Work item. Between the line containing "#104=ADVANCED_FACE('',(#102),#103,.T.);" and the line containing "#120=VERTEX_POINT('',#119);" lies a run of lines; give that run again exactly, with both of those lines, and nothing else from the entries below.

Provided records.
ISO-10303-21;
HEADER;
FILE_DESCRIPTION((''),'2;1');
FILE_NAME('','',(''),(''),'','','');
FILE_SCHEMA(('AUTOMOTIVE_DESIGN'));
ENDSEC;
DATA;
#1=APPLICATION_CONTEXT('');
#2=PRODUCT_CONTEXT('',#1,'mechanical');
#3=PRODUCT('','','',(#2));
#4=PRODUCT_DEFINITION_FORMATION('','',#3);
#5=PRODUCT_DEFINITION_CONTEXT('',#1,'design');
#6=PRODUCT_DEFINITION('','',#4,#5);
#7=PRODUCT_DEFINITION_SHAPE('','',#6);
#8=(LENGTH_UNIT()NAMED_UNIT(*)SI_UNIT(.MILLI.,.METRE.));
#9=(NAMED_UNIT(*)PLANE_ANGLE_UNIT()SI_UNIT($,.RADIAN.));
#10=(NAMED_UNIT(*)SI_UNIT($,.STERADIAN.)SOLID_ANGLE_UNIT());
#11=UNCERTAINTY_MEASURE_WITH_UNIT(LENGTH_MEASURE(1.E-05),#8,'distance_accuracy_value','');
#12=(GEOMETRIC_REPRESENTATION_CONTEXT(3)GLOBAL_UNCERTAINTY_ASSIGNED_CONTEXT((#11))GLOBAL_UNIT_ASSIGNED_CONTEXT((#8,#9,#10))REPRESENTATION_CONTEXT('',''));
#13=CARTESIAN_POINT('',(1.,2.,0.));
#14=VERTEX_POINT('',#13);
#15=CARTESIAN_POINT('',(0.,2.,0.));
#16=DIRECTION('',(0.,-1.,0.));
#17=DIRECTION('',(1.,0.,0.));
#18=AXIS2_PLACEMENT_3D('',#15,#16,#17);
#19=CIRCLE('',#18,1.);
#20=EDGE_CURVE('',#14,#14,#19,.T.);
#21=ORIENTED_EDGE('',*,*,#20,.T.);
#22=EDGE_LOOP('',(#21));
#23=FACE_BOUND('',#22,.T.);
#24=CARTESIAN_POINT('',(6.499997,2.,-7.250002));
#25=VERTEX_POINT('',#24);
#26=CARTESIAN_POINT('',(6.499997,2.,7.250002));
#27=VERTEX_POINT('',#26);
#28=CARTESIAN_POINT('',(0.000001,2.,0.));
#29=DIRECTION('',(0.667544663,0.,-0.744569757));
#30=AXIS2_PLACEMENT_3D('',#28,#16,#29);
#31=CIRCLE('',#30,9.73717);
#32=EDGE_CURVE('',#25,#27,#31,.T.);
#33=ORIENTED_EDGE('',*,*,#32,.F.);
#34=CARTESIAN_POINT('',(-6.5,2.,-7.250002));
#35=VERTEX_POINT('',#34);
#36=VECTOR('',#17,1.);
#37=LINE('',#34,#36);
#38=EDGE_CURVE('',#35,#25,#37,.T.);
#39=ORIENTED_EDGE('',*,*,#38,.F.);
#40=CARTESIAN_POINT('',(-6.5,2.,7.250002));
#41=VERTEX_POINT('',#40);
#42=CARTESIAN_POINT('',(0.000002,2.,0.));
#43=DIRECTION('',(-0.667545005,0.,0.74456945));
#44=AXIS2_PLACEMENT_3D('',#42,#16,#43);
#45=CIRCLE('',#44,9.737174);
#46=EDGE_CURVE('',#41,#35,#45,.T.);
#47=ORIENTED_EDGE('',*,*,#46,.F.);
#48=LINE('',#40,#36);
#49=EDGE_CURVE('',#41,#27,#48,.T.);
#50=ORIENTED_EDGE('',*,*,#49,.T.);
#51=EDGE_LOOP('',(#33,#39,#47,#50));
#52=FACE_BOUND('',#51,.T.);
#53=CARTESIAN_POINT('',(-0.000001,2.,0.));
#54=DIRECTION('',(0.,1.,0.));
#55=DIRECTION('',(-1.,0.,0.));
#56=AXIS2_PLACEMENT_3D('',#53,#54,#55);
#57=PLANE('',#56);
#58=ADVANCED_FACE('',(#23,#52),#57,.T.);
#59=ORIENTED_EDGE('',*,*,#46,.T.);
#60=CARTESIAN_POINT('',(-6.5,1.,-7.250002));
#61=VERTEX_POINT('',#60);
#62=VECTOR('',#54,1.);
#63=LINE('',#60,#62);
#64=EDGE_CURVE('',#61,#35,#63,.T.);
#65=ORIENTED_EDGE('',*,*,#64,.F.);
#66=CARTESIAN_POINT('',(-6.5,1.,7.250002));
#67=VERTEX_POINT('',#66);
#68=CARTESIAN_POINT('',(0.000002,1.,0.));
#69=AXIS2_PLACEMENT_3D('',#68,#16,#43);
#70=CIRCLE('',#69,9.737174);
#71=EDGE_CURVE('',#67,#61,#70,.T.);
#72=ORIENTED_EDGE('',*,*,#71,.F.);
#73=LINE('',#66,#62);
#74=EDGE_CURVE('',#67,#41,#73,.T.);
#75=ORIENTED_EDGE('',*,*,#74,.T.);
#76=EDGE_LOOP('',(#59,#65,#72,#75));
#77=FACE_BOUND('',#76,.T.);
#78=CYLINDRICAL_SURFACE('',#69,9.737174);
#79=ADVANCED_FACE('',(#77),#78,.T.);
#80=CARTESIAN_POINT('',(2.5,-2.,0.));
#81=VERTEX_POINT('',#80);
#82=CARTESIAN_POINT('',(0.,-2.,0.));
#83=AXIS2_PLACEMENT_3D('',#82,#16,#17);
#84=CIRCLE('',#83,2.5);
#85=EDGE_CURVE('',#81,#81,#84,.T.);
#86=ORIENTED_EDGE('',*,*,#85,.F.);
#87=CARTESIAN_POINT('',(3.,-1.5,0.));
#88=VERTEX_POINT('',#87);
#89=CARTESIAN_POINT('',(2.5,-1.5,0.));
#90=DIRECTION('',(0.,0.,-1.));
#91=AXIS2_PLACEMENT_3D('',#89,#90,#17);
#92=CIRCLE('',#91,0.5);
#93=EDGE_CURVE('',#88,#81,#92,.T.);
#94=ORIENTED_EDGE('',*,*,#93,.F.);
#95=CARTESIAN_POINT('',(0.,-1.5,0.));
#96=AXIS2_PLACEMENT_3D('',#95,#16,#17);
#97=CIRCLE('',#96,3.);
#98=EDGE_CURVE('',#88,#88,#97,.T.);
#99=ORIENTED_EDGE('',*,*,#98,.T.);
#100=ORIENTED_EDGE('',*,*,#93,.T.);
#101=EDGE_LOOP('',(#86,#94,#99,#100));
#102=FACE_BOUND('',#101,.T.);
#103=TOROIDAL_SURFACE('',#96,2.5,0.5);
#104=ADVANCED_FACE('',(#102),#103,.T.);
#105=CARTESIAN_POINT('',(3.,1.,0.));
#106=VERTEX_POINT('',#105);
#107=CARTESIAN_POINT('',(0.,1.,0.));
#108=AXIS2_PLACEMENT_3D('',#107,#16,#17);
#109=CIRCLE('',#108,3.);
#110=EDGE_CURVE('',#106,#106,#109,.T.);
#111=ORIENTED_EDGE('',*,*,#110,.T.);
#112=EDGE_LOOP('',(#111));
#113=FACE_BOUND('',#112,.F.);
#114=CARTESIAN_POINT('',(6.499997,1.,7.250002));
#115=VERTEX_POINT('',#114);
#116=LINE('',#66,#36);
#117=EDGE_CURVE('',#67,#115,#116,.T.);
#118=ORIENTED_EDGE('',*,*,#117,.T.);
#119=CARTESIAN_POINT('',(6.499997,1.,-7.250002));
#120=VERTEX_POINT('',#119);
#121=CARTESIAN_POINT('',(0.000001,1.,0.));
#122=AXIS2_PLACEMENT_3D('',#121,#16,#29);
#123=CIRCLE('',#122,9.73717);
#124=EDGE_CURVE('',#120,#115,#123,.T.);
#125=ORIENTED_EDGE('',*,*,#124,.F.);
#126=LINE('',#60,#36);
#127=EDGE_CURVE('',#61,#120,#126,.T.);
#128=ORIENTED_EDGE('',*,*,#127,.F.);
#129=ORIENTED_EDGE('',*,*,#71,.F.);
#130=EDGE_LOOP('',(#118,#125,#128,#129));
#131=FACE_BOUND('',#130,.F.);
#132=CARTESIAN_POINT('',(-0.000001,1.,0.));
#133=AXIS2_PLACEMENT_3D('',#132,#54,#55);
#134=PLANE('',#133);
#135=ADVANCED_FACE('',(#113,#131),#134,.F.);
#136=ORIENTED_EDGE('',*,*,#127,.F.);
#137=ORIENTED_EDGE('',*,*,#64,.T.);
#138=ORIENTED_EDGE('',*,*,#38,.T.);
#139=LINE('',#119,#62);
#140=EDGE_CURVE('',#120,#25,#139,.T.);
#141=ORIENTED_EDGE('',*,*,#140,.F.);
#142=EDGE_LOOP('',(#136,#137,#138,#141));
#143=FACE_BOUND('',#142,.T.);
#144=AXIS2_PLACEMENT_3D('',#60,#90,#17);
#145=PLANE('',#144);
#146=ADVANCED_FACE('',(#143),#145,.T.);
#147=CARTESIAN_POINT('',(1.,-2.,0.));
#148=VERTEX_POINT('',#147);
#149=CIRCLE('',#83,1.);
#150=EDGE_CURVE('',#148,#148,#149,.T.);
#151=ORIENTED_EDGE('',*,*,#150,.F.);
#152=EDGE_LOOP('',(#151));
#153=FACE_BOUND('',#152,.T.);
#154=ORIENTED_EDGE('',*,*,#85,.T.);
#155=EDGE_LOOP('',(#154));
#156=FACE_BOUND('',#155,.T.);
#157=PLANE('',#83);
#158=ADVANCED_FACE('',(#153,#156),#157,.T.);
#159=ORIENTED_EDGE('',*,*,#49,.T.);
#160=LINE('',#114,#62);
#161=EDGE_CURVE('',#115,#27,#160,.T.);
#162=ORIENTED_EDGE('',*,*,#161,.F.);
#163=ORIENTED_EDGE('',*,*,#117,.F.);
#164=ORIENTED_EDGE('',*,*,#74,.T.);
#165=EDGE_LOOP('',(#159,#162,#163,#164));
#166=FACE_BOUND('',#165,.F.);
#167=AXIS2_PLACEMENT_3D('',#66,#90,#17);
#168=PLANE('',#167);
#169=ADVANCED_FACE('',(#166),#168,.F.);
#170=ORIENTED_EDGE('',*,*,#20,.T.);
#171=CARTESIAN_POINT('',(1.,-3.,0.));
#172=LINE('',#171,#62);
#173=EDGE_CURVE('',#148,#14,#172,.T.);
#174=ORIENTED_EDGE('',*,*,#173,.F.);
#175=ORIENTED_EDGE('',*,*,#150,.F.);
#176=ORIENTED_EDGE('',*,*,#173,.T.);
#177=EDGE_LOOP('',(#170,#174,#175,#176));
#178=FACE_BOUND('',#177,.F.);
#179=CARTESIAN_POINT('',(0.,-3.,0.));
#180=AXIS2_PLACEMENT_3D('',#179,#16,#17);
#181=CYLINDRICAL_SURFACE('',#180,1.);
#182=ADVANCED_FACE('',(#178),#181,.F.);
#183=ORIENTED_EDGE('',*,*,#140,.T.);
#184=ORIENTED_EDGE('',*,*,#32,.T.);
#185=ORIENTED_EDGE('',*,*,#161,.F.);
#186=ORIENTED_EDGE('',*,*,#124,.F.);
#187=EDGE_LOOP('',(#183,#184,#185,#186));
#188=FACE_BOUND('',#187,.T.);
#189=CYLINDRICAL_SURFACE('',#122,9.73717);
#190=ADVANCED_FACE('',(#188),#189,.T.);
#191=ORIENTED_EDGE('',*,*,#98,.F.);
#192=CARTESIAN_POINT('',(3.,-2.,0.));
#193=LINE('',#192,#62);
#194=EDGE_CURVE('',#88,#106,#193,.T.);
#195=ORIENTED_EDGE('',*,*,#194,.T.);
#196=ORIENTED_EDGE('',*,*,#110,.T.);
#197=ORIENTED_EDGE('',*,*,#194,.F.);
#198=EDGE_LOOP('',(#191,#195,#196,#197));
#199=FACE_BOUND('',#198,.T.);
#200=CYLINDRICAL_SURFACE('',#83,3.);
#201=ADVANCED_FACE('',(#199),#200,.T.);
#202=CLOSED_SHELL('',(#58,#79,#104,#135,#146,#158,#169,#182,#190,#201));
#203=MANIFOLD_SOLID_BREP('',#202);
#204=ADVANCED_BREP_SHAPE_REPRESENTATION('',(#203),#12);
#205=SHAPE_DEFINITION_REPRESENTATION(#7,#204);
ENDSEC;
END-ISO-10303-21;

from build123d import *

# Parameters (mm, degrees)
SKETCH255_AS_DRAWN_R                 = 1
EXTRUDE056_DEPTH                     = 5
EXTRUDE056_ONTO_SKETCH255_ROLL_ANGLE = 90
SKETCH254_AS_DRAWN_R                 = 3
EXTRUDE057_DEPTH                     = 3
EXTRUDE057_ONTO_SKETCH254_ROLL_ANGLE = 90
FILLET003_R                          = 0.5
EXTRUDE048_DEPTH                     = 1
EXTRUDE048_ONTO_SKETCH245_ROLL_ANGLE = 90


with BuildPart() as extrude056:
    # Sketch255 as drawn → Extrude056 (new)
    with BuildSketch(Plane.XY):
        Circle(SKETCH255_AS_DRAWN_R)
    extrude(amount=-EXTRUDE056_DEPTH)


with BuildPart() as extrude056_1:
    # Extrude056 onto Sketch255 roll: moved
    add(extrude056.part.rotate(Axis((0, 0, 0), (1, 0, 0)), EXTRUDE056_ONTO_SKETCH255_ROLL_ANGLE))


with BuildPart() as extrude056_2:
    # Extrude056 onto Sketch255 placement: moved
    add(extrude056_1.part.moved(Location((0, -3, 0))))


with BuildPart() as fillet003:
    # Sketch254 as drawn → Extrude057 (new)
    with BuildSketch(Plane.XY):
        Circle(SKETCH254_AS_DRAWN_R)
    extrude(amount=-EXTRUDE057_DEPTH)


with BuildPart() as fillet003_1:
    # Extrude057 onto Sketch254 roll: moved
    add(fillet003.part.rotate(Axis((0, 0, 0), (1, 0, 0)), EXTRUDE057_ONTO_SKETCH254_ROLL_ANGLE))


with BuildPart() as fillet003_2:
    # Extrude057 onto Sketch254 placement: moved
    add(fillet003_1.part.moved(Location((0, -2.5, 0))))


with BuildPart() as fillet003_3:
    # Extrude057 placement: moved
    add(fillet003_2.part.moved(Location((0, 0.5, 0))))

    # Fillet003
    fillet003_edges = [fillet003_3.edges().sort_by_distance(p)[0] for p in [
        (-3, -2, 0),
    ]]
    fillet(fillet003_edges, radius=FILLET003_R)


with BuildPart() as cut034:
    # Sketch245 as drawn → Extrude048 (new)
    with BuildSketch(Plane.XY):
        with BuildLine():
            Line((-6.5, 7.250002), (6.499997, 7.250002))
            ThreePointArc((6.499997, -7.250002), (9.737171, 0), (6.499997, 7.250002))
            Line((-6.5, -7.250002), (6.499997, -7.250002))
            ThreePointArc((-6.5, 7.250002), (-9.737172, 0), (-6.5, -7.250002))
        make_face()
    extrude(amount=-EXTRUDE048_DEPTH)


with BuildPart() as cut034_1:
    # Extrude048 onto Sketch245 roll: moved
    add(cut034.part.rotate(Axis((0, 0, 0), (1, 0, 0)), EXTRUDE048_ONTO_SKETCH245_ROLL_ANGLE))


with BuildPart() as cut034_2:
    # Extrude048 onto Sketch245 placement: moved
    add(cut034_1.part)


with BuildPart() as cut034_3:
    # Extrude048 placement: moved
    add(cut034_2.part.moved(Location((0, 1, 0))))

    # Fusion018: union Fillet003
    add(fillet003_3.part)

    # Cut034: cut Extrude056
    add(extrude056_2.part, mode=Mode.SUBTRACT)


solid = cut034_3.part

Exercise answer.
#104=ADVANCED_FACE('',(#102),#103,.T.);
#105=CARTESIAN_POINT('',(3.,1.,0.));
#106=VERTEX_POINT('',#105);
#107=CARTESIAN_POINT('',(0.,1.,0.));
#108=AXIS2_PLACEMENT_3D('',#107,#16,#17);
#109=CIRCLE('',#108,3.);
#110=EDGE_CURVE('',#106,#106,#109,.T.);
#111=ORIENTED_EDGE('',*,*,#110,.T.);
#112=EDGE_LOOP('',(#111));
#113=FACE_BOUND('',#112,.F.);
#114=CARTESIAN_POINT('',(6.499997,1.,7.250002));
#115=VERTEX_POINT('',#114);
#116=LINE('',#66,#36);
#117=EDGE_CURVE('',#67,#115,#116,.T.);
#118=ORIENTED_EDGE('',*,*,#117,.T.);
#119=CARTESIAN_POINT('',(6.499997,1.,-7.250002));
#120=VERTEX_POINT('',#119);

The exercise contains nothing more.